While the arbitrary boundaries of decades are rarely as cohesive as music writers wish, it’s safe enough to state that the 1990s were a remarkably creative period for electronic and dance music in the UK. At the end of the 80s, dance music subgenres like trip hop, jungle, drum & bass, IDM, speed garage, UK garage, big beat, nu skool breaks, broken beat, nu disco and dubstep simply didn’t exist; and ten years later, they did. Equally, house music’s magic had proved so popular and successful that over the course of the decade that it sprouted a number of prefix-subgenres — progressive, hard, uplifting, tech and so on — becoming way more globally successful than its US originators could ever have imagined in the process.
Plenty of this musical innovation came from the UK, much of it taking place away from the traditional music industry. Unlike rock or pop which tended to be innovated by bands and artists, new electronic and club genres were often DJ-led, coalescing on dance floors via DJ selections; the emergence of jungle from Fabio & Grooveriders’ experimental DJ sets at their late 80s/early 90s club residency Rage is a great example of how DJs can shape new genres.
However, once the traditional music industry recognised the commercial potential of UK underground dance music, major labels began to invest in album projects, and there were plenty of key UK electronic and dance music albums that were influential in creating and defining new genres and subgenres. Some traced the development of new sounds or established the boundaries and identity of a new style: the 90s albums of Massive Attack, Portishead and Tricky for example codified the funereal tempo and moody, introspective, paranoid mood of trip hop, while the mid-90s albums from Goldie, Roni Size Reprazent and 4Hero set out three distinctly different approaches to drum & bass. Other UK artists such as The Sabres of Paradise, Saint Etienne or Leftfield used their albums to push out in multiple musical directions, integrating other styles like electro, lounge/easy listening or dub into their sound, and sowing the seeds for potential new sub-genres.
UK electronic and dance music albums of the period all had to engage with the same conundrum: would the structural elements that make club music like house, rave or techno so effective at facilitating dance — lengthy, uneventful intros and outros, long, repetitive vamps where ‘not much happens,’ abstract outré production values, the lack of traditional song structures and often the absence of any lyrics at all –- work outside of the club/rave environment, and translate to home listening and the album format?
Some electronic music producers ignored the conundrum completely, using their albums to simply gather together their club tracks. Others however, chose to use the sonic vocabulary of rave/techno/house/hip hop to create something other than straight-up club tracks, or to develop and distil their sound via production experimentation, pushing the studio machines beyond their limits to create new techniques and styles. This experimentation was in part facilitated by the appearance of samplers that home producers could afford. The sampler was a revolutionising technology, enabling the emulation of any instrument, and the ability to ‘borrow’, reference, rework or steal any part from any piece of the entire history of recorded music for new creative purposes. Samplers also came with functionality that could be used and misused to maul and mutate sampled source material beyond recognition and in ways that could define entire genres, like the distinctive ultra-edited, intricate drum sound on Goldie’s Timeless title track. It’s instantly synonymous with mid-90s drum & bass and was created, via Goldie’s vision, producer Rob Playford’s technical prowess, and an Akai sampler, from an eight-second snippet from the Incredible Bongo Band’s 1973 version of Apache.

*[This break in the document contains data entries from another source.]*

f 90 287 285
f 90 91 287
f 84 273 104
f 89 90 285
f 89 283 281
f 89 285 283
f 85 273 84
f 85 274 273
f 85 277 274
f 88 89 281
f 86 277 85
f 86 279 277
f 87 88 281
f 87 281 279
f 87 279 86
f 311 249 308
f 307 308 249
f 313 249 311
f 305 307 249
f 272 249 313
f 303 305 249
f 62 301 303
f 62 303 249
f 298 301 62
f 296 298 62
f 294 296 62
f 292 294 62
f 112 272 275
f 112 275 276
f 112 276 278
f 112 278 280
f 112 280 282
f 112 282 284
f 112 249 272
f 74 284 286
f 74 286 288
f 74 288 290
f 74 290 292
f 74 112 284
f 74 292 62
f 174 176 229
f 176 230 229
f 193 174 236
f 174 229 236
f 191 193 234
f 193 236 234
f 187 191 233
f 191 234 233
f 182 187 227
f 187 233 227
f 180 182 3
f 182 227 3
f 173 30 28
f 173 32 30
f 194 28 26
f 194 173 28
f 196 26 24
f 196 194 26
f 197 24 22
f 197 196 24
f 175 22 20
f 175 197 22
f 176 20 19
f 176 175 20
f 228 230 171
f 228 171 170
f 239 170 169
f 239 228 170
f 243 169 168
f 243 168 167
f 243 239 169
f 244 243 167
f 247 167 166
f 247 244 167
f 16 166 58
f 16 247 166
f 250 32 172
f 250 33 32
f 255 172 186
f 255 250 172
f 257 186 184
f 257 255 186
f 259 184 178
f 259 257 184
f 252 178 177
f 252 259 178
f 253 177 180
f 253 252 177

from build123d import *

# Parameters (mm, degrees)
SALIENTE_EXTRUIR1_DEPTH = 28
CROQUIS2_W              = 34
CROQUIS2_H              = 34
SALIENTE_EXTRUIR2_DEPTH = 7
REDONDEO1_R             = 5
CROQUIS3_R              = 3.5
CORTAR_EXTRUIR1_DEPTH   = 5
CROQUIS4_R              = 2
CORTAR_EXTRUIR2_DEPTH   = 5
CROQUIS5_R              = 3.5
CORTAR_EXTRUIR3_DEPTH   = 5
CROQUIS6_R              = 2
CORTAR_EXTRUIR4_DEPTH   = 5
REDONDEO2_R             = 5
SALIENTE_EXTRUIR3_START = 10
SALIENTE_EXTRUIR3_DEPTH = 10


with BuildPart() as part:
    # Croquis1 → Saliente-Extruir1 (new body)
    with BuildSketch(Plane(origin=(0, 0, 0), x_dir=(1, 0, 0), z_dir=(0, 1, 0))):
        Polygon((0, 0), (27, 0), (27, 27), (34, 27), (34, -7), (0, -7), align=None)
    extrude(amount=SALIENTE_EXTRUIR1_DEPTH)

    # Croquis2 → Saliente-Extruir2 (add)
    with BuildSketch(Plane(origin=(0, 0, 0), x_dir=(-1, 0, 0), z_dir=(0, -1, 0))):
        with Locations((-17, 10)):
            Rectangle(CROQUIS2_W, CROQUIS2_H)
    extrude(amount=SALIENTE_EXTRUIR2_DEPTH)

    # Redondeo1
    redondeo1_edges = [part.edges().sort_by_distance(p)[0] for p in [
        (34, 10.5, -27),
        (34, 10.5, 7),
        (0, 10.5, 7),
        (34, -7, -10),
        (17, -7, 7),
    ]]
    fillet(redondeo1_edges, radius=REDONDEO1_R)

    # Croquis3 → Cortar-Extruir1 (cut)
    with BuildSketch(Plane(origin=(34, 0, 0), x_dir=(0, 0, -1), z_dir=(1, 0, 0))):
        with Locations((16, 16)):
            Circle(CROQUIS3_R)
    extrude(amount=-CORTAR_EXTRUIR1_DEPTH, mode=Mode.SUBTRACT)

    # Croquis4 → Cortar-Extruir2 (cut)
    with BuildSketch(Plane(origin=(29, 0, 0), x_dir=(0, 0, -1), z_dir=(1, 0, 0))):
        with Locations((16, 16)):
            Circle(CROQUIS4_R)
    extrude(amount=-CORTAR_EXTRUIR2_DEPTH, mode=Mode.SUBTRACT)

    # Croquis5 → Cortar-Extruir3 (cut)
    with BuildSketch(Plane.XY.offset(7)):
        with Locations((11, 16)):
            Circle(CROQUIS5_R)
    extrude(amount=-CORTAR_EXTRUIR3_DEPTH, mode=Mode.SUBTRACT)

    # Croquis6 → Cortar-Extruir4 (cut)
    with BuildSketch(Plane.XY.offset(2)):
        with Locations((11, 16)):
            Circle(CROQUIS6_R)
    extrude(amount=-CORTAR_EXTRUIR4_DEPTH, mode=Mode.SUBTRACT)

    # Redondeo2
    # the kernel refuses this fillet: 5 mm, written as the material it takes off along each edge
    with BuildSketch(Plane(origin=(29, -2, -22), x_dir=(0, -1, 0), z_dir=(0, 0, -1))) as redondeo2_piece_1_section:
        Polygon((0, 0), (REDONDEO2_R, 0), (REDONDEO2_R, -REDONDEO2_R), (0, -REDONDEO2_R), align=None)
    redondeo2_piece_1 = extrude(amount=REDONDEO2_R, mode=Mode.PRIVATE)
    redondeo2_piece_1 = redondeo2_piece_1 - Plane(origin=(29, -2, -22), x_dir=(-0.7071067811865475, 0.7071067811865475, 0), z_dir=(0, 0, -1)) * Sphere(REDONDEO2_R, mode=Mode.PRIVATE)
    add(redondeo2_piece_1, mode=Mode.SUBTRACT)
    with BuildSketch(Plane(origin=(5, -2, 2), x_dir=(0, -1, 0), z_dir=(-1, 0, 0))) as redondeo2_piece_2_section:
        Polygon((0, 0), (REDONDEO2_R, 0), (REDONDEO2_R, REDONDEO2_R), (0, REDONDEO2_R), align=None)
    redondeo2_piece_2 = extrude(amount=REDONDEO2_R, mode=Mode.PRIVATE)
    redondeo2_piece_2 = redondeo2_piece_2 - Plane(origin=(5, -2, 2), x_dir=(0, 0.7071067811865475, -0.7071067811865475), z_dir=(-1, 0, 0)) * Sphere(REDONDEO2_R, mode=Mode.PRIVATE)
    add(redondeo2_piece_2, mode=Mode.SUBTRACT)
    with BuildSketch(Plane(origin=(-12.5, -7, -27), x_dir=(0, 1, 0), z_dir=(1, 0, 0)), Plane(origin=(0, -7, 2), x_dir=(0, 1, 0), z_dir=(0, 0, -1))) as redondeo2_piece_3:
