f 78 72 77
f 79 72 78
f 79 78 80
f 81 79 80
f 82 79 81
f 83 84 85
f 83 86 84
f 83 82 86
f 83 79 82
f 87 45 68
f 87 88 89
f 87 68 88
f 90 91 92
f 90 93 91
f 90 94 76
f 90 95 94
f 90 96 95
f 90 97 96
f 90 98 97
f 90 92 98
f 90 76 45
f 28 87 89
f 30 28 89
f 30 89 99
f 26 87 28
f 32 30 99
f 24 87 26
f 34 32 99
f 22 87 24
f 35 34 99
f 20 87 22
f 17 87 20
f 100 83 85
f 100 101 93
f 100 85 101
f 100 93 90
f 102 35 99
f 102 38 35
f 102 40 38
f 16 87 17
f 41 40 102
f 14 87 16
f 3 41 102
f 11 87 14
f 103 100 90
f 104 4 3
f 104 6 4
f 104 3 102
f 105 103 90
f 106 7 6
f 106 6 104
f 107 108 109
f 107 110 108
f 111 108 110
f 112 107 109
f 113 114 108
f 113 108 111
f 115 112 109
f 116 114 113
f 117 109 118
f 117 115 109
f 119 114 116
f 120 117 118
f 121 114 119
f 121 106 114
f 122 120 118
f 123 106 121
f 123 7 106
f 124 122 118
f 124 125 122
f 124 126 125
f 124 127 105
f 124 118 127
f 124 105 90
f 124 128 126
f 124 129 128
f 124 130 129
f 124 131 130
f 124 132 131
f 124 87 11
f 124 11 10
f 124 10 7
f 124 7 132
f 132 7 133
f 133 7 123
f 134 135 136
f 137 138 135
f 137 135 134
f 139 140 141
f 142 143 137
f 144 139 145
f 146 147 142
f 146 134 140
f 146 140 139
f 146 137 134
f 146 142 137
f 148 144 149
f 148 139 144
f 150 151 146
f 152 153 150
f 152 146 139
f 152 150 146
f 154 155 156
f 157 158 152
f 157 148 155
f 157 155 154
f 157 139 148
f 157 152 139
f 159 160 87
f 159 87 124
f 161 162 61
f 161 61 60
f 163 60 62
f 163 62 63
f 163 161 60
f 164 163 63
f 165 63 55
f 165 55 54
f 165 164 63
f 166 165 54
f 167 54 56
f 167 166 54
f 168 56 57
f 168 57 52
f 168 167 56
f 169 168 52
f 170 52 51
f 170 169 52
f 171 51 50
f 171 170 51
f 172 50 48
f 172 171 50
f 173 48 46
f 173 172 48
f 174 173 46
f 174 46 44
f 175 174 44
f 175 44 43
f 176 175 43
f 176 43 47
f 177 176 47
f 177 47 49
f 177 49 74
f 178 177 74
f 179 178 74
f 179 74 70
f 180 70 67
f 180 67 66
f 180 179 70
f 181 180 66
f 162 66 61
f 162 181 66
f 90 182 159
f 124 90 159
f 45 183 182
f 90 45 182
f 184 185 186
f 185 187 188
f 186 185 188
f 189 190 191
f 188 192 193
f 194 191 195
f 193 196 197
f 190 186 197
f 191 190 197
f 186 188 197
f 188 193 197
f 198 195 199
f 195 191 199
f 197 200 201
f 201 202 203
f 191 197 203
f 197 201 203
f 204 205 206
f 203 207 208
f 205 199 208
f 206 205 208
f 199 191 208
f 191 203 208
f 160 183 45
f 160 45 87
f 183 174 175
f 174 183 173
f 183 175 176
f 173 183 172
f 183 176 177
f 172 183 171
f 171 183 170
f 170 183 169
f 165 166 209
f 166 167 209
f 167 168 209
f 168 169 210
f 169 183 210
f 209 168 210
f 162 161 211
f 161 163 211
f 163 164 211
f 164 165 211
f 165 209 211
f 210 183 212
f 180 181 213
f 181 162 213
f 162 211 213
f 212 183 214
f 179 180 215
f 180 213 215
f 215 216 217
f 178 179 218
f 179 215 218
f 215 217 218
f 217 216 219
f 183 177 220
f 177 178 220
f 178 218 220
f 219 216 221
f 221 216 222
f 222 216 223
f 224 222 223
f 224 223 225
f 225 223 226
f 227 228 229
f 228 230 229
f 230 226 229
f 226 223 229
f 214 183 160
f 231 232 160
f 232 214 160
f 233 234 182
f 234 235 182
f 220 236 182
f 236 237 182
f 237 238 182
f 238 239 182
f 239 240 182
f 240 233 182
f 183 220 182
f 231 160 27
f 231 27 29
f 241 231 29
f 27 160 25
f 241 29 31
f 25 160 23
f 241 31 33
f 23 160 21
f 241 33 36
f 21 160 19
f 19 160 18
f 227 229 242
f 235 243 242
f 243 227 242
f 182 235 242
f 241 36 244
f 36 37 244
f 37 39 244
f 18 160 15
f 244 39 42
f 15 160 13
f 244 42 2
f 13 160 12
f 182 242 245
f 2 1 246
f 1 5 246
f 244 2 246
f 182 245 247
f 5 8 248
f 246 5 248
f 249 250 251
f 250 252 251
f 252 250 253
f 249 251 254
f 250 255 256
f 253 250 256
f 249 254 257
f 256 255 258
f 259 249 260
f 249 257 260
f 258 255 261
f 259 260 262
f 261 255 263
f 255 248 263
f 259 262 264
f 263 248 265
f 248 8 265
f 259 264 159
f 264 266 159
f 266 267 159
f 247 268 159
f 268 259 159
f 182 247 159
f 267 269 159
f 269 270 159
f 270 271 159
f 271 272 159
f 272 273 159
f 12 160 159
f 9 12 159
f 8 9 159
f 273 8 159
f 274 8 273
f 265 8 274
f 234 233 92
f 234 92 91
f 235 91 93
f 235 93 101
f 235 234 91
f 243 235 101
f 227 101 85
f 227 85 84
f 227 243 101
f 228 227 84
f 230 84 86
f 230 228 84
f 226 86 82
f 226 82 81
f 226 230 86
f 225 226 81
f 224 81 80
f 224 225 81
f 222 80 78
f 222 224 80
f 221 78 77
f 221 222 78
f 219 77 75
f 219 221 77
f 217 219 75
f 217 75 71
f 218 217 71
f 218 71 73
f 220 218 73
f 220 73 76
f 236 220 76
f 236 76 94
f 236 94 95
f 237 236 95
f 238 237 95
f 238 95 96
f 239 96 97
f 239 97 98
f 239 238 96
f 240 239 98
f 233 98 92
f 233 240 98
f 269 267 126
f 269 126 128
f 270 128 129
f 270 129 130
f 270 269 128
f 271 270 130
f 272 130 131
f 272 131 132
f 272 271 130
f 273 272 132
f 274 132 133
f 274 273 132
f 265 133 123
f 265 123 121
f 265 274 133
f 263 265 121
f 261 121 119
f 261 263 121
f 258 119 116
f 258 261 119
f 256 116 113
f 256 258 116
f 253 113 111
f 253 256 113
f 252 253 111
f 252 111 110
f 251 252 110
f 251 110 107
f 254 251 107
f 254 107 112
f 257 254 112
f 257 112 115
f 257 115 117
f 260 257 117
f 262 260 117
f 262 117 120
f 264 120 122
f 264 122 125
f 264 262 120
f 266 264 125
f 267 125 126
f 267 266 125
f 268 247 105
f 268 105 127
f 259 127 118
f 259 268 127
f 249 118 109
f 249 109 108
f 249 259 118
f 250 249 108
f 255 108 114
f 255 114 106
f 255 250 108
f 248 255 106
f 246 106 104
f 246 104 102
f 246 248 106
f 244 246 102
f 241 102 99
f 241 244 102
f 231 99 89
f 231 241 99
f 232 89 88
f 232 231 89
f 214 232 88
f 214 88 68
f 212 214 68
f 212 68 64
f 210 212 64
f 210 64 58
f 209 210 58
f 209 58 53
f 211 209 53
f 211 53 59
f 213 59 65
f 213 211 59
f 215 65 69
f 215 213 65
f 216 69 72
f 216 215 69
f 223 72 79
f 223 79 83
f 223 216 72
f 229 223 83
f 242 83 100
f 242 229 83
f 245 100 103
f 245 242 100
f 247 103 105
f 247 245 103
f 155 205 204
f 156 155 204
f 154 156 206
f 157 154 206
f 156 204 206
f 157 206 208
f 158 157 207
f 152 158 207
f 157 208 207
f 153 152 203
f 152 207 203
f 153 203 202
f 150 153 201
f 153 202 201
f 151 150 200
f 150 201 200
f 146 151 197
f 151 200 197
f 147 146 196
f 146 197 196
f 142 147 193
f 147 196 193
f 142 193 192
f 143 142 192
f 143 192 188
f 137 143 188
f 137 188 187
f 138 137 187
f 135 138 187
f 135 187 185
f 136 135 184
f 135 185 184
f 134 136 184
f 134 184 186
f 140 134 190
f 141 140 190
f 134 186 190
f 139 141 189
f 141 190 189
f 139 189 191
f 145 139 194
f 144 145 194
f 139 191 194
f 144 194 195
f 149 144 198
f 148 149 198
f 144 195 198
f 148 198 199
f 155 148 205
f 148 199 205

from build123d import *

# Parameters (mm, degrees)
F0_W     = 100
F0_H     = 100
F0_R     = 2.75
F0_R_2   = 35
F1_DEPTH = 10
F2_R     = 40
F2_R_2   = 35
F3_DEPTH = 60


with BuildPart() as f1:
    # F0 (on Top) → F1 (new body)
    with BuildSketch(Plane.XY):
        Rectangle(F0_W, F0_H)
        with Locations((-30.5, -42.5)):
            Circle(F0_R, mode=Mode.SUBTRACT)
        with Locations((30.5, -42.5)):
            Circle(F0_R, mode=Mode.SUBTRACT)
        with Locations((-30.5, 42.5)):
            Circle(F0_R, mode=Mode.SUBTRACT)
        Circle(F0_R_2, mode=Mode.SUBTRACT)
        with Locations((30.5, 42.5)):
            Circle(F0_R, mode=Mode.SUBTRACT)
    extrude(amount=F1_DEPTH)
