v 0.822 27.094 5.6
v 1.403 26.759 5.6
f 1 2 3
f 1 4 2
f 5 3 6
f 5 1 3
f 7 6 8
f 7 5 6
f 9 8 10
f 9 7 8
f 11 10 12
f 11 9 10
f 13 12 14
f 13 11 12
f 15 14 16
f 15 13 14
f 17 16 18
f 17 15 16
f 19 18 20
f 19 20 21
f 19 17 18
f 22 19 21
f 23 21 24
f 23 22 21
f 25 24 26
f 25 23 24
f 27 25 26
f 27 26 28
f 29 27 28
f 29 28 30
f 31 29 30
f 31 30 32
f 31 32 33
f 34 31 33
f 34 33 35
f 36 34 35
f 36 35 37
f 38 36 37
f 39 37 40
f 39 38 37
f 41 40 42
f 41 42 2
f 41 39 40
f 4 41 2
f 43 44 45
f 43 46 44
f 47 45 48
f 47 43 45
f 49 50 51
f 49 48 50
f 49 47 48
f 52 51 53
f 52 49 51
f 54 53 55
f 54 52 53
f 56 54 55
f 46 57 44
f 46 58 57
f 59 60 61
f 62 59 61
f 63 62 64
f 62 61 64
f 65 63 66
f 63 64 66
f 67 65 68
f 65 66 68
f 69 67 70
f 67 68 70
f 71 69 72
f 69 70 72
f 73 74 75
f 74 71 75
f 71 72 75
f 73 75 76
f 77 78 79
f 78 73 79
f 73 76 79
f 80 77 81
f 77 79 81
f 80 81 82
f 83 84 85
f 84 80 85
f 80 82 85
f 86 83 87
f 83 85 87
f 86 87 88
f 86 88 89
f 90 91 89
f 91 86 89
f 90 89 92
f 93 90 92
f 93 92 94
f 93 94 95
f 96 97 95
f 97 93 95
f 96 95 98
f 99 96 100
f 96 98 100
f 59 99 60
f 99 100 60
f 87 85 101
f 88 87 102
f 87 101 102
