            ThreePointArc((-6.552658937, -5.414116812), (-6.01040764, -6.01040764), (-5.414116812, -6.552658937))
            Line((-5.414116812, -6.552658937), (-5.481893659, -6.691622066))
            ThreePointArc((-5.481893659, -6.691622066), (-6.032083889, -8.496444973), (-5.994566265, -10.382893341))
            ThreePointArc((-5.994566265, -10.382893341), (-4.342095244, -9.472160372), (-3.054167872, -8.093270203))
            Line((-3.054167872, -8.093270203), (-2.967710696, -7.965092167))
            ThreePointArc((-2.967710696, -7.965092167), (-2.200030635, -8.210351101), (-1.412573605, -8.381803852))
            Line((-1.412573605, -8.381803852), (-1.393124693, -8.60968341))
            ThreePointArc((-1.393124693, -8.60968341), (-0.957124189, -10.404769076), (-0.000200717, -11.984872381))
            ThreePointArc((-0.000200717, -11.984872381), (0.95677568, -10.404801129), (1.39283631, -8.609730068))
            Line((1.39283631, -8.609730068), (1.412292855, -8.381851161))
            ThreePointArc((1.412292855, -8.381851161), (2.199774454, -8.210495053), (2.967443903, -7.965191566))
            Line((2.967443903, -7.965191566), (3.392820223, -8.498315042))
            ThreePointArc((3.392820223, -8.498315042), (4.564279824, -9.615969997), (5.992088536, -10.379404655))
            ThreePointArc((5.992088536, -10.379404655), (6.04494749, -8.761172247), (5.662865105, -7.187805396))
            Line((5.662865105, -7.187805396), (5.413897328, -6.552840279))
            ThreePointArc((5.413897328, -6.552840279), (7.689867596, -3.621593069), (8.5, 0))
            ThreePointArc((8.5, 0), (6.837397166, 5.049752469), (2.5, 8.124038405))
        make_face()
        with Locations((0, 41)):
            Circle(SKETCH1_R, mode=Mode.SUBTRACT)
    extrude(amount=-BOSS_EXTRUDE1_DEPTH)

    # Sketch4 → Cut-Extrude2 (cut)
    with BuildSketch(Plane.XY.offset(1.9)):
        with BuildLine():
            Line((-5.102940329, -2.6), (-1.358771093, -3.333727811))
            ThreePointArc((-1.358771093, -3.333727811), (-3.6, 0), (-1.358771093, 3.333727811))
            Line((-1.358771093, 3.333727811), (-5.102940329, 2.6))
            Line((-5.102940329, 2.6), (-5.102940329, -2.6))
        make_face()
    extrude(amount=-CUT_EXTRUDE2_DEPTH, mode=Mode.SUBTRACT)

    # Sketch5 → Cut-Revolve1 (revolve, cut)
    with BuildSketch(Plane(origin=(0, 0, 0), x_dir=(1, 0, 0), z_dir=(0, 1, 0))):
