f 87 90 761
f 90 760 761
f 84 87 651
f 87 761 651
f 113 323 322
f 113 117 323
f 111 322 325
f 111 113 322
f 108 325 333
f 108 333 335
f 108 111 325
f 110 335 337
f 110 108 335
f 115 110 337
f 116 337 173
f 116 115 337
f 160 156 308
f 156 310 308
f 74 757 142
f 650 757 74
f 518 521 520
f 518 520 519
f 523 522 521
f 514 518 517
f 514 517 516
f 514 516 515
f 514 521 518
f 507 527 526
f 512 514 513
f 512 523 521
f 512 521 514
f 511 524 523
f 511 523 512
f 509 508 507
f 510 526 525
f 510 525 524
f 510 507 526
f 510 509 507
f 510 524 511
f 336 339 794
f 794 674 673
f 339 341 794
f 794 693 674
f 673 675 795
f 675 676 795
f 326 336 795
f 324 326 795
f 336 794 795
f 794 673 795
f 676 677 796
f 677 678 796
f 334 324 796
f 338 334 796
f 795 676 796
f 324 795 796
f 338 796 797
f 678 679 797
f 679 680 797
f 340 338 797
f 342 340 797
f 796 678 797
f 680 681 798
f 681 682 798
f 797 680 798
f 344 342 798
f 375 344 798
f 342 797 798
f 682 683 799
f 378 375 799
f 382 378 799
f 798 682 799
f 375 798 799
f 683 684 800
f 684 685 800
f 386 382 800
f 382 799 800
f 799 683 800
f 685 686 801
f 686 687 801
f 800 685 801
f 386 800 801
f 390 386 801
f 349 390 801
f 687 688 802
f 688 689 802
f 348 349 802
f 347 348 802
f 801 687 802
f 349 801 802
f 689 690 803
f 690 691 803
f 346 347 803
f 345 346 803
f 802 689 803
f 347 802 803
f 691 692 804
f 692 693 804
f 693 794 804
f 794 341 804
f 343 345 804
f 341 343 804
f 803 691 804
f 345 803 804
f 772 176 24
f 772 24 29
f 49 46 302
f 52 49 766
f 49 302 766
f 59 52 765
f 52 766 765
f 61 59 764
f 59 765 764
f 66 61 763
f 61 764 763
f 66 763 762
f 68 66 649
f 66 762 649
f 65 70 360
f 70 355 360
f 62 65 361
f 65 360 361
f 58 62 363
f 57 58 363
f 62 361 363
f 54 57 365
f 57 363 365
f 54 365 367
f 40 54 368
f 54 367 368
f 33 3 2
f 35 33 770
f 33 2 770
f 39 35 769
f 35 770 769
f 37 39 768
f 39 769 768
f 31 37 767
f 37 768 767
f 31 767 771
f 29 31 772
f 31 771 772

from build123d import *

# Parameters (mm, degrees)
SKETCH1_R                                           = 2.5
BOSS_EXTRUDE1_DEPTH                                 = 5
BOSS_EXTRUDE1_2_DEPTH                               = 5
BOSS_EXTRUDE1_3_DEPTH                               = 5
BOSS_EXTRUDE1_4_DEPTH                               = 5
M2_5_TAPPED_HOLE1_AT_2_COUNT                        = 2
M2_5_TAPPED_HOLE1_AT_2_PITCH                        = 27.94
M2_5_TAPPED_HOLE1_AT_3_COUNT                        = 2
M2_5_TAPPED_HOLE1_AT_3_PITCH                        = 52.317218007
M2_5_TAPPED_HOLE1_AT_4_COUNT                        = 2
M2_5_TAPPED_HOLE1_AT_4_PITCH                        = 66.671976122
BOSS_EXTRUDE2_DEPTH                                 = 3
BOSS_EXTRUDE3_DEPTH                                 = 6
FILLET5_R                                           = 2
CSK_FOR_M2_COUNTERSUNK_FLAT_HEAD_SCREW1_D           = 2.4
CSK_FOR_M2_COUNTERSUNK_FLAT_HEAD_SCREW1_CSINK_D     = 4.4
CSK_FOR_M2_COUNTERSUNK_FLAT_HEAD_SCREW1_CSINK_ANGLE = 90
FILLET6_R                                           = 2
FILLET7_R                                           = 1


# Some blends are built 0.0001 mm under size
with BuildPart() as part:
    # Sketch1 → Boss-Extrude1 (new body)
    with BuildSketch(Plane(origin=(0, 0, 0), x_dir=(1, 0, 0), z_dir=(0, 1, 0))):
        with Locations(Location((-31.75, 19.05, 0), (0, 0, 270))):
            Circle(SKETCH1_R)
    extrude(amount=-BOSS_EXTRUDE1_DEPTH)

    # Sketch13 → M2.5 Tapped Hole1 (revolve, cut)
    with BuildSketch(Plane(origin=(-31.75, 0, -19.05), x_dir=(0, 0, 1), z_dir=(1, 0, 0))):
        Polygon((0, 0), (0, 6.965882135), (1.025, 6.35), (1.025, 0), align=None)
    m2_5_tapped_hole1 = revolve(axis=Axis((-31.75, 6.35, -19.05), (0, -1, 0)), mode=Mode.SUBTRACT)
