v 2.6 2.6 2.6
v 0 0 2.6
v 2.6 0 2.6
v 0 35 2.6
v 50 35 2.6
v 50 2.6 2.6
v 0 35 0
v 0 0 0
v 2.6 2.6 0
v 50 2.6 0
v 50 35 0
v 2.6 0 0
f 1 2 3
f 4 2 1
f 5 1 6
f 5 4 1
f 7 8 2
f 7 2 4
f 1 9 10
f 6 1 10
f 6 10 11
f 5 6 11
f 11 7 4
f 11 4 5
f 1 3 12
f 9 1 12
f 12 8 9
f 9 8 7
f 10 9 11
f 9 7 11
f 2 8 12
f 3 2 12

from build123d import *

# Parameters (mm, degrees)
SKETCH1_W           = 50
SKETCH1_H           = 35
BOSS_EXTRUDE1_DEPTH = 2.6
CAVITY1_OUTLINE_W   = 47.4
CAVITY1_OUTLINE_H   = 2.6
CAVITY1_DEPTH       = 2.6


# Read off the part's stored shape, not the designer's step: Cavity1
with BuildPart() as part:
    # Sketch1 → Boss-Extrude1 (new body)
    with BuildSketch(Plane.XY):
        with Locations((25, 17.5)):
            Rectangle(SKETCH1_W, SKETCH1_H)
    extrude(amount=BOSS_EXTRUDE1_DEPTH)

    # Cavity1 outline → Cavity1 (cut)
    with BuildSketch(Plane(origin=(0, 0, 0), x_dir=(1, 0, 0), z_dir=(0, 1, 0))):
        with Locations((26.3, -1.3)):
            Rectangle(CAVITY1_OUTLINE_W, CAVITY1_OUTLINE_H)
    extrude(amount=CAVITY1_DEPTH, mode=Mode.SUBTRACT)


solid = part.part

The flowering of musical experimentation and accompanying rapid growth of genres and subgenres in the 90s UK dance scene was also helped by other factors too, not least the growing affordability and increased functionality of other electronic instruments like drum machines, synthesisers and home computers that could run music software. Also, much of the UK’s underground electronic music in the 90s emerged from close-knit communities of studios, record shops, clubs, raves, vinyl-cutting plants and radio stations (see hardcore rave, jungle, drum & bass, UK garage, dubstep, progressive house and tech house for just a few examples), and this often generated a healthy level of artistic competition between peers too. And the music was often consumed by dancers using mind-altering substances, a fact which also encouraged the production of more experimental, outré, extreme, intense or immoderate music.
The net result was a frenetic and fecund decade of electronic/dance music invention, production experimentation and studio adventurism. For club-derived music, the 1990s were defined by genre fragmentation and hybridity, and the continual creation of fresh, local niche scenes and new, world-dominating genres, the roots and development of which can be heard in some of these albums.